Florida is the third most populous state in the US, surpassing New York with over 21.9 million people.
Among Zippia’s list of 100 largest Florida companies in 2021, Publix is the largest employer, followed by the Darden Restaurants group, Jabil, and others like Bloomin’ Brands, Royal Caribbean Cruises, and Tyco Integrated Security.
Many startup businesses make Florida their home. According to the Blueprint, Florida is #3 on the list of top 10 states for new business startups in 2021. Inc. Magazine also reported that entrepreneurs have been swarming to the Sunshine State because it’s easy to start an LLC in Florida. Currently, Florida is ranked 17 out of 50 for its overall pro-business environment.

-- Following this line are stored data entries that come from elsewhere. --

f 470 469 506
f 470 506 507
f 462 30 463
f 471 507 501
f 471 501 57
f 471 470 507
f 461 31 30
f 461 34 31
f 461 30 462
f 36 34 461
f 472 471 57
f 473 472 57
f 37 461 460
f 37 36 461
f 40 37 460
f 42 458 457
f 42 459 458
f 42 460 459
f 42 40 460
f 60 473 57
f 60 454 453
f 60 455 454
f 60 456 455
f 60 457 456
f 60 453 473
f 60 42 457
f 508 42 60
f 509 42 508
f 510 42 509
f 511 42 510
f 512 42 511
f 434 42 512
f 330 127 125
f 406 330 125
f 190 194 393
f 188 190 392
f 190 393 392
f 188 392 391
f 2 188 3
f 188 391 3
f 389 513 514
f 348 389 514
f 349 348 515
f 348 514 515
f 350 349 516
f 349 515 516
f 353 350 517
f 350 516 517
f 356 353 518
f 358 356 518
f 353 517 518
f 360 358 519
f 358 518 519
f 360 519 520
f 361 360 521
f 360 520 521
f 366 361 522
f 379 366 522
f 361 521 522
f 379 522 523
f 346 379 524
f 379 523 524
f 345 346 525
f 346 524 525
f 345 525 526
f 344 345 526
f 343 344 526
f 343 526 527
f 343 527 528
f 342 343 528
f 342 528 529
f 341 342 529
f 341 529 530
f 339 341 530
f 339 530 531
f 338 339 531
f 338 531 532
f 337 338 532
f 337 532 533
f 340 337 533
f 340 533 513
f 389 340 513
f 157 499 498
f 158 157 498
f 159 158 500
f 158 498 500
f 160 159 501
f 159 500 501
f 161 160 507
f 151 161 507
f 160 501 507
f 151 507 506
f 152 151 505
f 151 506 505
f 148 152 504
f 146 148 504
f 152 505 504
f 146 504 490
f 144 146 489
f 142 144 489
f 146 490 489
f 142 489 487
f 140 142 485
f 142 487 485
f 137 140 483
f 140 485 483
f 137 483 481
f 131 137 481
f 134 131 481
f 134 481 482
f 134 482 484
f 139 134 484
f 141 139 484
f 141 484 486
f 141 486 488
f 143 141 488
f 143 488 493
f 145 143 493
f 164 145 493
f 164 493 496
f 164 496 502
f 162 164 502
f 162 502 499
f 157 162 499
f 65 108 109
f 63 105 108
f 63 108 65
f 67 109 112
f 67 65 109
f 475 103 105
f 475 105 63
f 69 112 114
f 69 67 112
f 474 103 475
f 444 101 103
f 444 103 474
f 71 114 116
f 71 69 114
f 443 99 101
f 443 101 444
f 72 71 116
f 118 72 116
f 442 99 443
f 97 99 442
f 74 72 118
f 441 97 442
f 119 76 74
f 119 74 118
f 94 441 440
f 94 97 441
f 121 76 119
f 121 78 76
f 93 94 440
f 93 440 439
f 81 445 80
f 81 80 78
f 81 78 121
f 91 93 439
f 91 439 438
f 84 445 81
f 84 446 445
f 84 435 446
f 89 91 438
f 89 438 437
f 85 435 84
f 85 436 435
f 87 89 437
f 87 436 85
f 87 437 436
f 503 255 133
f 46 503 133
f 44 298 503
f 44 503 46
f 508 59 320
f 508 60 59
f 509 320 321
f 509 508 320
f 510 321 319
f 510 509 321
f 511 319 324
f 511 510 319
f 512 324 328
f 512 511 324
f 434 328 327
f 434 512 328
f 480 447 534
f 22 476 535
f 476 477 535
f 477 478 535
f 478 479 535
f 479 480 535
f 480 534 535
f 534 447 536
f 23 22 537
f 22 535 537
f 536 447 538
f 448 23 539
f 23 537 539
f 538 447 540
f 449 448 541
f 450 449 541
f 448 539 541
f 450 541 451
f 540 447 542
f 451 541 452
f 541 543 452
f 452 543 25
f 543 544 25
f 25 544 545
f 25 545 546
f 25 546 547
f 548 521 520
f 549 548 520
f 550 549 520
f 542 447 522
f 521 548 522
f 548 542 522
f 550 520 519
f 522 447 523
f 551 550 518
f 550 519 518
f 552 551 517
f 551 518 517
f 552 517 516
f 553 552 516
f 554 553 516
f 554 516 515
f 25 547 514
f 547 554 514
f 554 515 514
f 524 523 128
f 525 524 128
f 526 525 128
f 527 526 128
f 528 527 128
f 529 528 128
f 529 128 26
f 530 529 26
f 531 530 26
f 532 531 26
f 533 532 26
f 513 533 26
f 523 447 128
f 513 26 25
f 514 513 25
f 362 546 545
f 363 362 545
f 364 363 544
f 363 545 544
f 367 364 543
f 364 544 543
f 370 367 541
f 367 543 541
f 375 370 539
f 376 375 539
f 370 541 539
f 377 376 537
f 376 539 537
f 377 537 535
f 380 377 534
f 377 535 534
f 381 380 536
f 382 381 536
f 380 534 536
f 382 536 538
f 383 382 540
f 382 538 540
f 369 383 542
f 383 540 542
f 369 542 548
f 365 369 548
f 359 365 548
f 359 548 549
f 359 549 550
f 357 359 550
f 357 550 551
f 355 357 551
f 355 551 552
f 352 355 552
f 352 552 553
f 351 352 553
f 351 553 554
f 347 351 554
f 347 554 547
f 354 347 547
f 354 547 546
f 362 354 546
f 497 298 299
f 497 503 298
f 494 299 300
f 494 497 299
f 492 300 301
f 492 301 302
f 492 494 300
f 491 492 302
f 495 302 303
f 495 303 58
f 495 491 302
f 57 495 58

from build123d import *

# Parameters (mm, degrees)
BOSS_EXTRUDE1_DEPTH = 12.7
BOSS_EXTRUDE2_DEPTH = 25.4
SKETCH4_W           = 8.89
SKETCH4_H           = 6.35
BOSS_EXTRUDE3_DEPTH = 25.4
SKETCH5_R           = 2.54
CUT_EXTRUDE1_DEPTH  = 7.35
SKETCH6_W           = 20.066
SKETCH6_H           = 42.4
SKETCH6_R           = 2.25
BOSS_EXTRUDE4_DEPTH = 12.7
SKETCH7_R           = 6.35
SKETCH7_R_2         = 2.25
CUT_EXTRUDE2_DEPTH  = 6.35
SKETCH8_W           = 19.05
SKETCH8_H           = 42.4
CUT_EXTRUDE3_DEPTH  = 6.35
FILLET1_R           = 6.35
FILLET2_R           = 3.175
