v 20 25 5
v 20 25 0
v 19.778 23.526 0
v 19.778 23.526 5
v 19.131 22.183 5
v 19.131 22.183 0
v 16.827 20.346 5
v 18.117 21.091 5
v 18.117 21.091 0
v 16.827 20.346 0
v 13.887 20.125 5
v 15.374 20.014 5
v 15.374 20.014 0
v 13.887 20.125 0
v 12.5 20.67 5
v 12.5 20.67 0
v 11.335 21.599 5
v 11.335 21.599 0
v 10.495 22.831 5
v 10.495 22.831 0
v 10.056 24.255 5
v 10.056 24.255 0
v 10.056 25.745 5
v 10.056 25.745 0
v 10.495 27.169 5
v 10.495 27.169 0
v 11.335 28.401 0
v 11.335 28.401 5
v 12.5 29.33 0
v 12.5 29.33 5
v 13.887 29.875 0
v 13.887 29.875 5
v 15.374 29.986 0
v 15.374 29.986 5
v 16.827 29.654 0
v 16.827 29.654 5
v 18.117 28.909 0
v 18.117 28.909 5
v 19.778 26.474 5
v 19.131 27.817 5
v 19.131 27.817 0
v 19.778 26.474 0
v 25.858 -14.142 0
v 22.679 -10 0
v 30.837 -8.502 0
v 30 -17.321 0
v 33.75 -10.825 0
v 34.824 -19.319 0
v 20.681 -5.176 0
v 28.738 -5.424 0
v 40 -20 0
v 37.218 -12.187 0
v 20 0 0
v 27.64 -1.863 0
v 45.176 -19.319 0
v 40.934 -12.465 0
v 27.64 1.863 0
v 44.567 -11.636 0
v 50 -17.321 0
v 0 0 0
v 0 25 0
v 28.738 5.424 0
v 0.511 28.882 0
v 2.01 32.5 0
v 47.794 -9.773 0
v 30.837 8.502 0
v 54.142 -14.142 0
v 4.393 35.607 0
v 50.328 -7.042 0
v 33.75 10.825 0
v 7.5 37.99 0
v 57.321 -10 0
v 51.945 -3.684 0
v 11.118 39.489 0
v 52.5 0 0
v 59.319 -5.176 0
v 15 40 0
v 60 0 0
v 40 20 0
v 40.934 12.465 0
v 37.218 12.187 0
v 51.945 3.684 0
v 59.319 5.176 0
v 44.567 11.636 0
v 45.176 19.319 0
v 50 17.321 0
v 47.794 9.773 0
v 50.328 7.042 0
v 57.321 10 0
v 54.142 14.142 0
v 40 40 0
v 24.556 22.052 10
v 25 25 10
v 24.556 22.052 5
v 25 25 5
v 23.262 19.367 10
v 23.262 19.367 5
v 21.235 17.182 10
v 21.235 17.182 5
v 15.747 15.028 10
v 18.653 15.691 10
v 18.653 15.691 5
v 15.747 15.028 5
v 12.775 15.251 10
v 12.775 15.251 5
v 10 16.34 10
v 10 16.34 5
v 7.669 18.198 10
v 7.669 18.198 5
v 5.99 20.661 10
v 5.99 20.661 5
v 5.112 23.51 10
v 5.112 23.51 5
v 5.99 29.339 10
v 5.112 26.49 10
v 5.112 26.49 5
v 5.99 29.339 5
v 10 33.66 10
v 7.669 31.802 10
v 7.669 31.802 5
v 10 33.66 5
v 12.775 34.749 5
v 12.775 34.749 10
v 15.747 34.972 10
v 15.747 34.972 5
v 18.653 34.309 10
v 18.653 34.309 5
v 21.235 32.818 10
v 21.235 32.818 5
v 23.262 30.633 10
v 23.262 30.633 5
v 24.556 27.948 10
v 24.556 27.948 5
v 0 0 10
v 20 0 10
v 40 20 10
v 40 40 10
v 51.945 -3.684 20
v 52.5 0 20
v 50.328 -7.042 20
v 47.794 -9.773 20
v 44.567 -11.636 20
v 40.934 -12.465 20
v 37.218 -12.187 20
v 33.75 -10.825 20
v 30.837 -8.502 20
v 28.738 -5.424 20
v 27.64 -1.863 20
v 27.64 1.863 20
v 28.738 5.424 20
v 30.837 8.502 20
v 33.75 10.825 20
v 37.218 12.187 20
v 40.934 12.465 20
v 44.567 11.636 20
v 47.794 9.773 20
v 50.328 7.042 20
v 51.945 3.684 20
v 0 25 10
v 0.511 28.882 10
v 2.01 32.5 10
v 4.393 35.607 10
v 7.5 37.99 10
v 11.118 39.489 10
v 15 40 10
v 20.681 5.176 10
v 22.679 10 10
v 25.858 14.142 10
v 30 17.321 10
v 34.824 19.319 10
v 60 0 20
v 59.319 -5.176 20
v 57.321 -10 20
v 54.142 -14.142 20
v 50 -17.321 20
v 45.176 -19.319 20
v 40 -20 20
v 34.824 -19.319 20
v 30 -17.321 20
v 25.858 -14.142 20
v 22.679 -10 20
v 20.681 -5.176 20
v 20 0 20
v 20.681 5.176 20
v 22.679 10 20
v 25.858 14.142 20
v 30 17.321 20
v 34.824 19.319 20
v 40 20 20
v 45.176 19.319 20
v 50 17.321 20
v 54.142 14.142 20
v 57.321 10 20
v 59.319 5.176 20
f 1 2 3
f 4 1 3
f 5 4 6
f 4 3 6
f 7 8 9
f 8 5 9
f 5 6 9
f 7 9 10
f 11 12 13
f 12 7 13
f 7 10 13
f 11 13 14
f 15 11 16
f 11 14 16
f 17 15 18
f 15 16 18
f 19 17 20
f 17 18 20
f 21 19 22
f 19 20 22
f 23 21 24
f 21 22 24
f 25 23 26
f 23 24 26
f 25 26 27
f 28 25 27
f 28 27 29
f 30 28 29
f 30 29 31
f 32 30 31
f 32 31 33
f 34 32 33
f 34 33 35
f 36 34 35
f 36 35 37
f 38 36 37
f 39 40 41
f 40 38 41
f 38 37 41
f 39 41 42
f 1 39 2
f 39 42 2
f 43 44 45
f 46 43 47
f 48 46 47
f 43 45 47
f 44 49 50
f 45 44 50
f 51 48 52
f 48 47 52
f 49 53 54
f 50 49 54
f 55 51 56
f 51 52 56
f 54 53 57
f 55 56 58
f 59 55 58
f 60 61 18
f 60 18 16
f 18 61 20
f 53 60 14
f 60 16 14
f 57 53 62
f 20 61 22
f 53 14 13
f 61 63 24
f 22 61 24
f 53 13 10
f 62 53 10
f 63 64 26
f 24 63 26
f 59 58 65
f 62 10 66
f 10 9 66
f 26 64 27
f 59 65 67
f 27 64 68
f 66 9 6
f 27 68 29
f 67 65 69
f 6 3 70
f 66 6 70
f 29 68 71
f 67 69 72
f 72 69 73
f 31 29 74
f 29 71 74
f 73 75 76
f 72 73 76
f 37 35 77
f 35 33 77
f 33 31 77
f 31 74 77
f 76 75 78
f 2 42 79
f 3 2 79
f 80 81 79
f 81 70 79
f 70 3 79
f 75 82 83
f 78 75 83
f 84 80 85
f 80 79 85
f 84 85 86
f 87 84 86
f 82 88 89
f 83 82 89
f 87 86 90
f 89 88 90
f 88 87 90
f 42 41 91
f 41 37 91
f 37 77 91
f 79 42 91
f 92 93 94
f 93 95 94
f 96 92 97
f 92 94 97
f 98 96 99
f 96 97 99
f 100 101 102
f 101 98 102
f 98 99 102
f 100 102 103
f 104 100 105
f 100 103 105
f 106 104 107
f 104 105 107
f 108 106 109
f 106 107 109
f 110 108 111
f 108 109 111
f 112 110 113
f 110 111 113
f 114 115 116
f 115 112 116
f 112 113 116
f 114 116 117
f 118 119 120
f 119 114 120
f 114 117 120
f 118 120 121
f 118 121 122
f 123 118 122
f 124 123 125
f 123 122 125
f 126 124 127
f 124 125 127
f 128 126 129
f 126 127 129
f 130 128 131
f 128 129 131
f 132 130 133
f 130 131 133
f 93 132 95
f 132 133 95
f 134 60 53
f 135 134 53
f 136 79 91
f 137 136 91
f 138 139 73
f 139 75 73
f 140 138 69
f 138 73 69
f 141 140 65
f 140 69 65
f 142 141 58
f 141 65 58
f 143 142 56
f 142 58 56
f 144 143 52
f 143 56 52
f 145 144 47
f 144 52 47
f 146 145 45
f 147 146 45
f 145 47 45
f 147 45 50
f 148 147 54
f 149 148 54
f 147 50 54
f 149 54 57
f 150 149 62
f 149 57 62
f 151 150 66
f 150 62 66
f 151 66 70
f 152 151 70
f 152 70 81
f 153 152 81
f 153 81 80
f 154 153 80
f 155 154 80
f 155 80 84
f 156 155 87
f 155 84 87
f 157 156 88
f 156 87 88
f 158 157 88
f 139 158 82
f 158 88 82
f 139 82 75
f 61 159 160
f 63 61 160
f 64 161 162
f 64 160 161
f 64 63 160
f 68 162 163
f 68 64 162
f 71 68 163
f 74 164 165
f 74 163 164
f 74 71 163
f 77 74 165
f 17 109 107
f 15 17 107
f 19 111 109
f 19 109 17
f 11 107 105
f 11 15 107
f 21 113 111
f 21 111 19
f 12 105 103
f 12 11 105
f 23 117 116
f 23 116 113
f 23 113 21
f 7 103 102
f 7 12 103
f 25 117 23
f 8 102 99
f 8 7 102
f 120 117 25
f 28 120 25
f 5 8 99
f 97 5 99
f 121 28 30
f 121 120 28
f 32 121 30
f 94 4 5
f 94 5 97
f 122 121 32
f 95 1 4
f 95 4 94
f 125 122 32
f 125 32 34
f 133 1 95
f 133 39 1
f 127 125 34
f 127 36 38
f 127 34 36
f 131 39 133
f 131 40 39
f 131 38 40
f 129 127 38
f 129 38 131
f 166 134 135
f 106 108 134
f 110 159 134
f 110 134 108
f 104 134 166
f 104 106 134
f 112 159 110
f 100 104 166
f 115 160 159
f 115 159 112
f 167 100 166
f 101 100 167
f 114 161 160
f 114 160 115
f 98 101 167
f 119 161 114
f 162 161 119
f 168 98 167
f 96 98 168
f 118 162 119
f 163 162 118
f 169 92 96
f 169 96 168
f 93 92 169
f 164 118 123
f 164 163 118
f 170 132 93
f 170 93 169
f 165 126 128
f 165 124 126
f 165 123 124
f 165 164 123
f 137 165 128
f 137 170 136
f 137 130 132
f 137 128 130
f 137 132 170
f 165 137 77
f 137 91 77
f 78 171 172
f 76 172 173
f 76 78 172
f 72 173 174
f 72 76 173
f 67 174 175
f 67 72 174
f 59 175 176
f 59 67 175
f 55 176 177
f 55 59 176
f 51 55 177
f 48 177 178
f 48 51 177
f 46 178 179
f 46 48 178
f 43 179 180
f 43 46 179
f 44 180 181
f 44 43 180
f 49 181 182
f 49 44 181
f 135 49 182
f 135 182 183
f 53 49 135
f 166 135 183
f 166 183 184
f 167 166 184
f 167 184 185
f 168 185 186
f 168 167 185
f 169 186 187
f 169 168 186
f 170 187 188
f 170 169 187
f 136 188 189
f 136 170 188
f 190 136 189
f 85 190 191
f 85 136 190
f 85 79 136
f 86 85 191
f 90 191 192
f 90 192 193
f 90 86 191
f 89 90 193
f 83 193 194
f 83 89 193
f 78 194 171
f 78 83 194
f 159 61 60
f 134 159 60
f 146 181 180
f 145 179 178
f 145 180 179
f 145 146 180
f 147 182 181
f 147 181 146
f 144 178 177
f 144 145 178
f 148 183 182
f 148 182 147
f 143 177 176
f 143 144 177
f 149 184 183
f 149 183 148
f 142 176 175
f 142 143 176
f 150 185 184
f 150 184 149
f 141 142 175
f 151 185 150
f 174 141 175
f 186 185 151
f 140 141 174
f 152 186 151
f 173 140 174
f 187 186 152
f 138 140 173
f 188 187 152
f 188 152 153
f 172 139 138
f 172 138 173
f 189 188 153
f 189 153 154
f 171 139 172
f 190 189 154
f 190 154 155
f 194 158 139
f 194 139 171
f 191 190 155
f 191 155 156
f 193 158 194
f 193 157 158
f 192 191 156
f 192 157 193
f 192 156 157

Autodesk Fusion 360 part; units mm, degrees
sketch "스케치1" plane through (0, 0, 0) normal (0, 0, 1) x (1, 0, 0)
  line L0 (0, 0) -> (40, 0)
  line L1 (40, 0) -> (40, 40)
  line L2 (40, 40) -> (15, 40)
  line L3 (0, 25) -> (0, 0)
  circle A0 centre (40, 0) radius 20
  circle A1 centre (40, 0) radius 12.5
  arc A2 (15, 40) -> (0, 25) centre (15, 25) ccw
  circle A3 centre (15, 25) radius 10
  circle A4 centre (15, 25) radius 5
  point P0 (0, 40)
  dimension "d1" = 40
  dimension "d2" = 40
  dimension "d3" = 40
  dimension "d4" = 25
  dimension "d5" = 15
  dimension "d6" = 20
  dimension "d7" = 10
extrude "돌출4" add sketch "스케치1" along normal blind 10 contours L0 L1 L2 L3 A0 A2 makes body 1
extrude "돌출5" add sketch "스케치1" along normal blind 20 separate body contours L0 L1 A0 A1 picked at (22.5745, -0.9936) makes body 2
extrude "돌출6" add sketch "스케치1" along normal blind 20 contours L0 L1 A0 A1 picked at (27.447, 12.1327) bodies 1 2
extrude "돌출7" add sketch "스케치1" along normal blind 5 contours A3 bodies 1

The three most common Florida business structure options are an LLC, a Corporation, or a Doing Business As or DBA (also known as a Fictitious Firm Name or Trade Name). Click here to learn more about these business structures.
The popular Limited Liability Company is formed as a separate entity, which provides limited liability protection to the owners, or members. A Florida LLC pays less in taxes and is less formal to maintain than a corporation, and you only need one member, so it’s the business structure of choice for many startups.
The Corporation, or Corp, is also formed as a separate entity and offers the owner or owners liability protection. Instead of being owned and managed by members, the Corporation is run by shareholders, directors, and officers. An S-Corporation means it carries the IRS Small Business designation which is more favorable for taxation. C-Corporations are usually formed by companies that intend to go public or have more than 100 shareholders. C-Corps are taxed twice, at the corporate and shareholder levels.
Corporations are more complex than LLCs and DBAs, but they are the ideal business structure for for-profit companies. Some professions require you to form a “Professional Corporation” or PC (doctors, lawyers, architects, etc.). Here is a complete list of professions that are regulated in the state of Florida.
A Doing Business As or Fictitious Name is often used as a simplified operating name, or to set a business apart from others with similar names. Florida Fictitious Names are also used to manage multiple businesses under one LLC or Corporation.
Example: Florida Auctions LLC could register a Fictitious Name like Orlando Auction House for its Orlando-based warehouse and Miami Auction House for another warehouse without having to form two separate LLCs or Corporations.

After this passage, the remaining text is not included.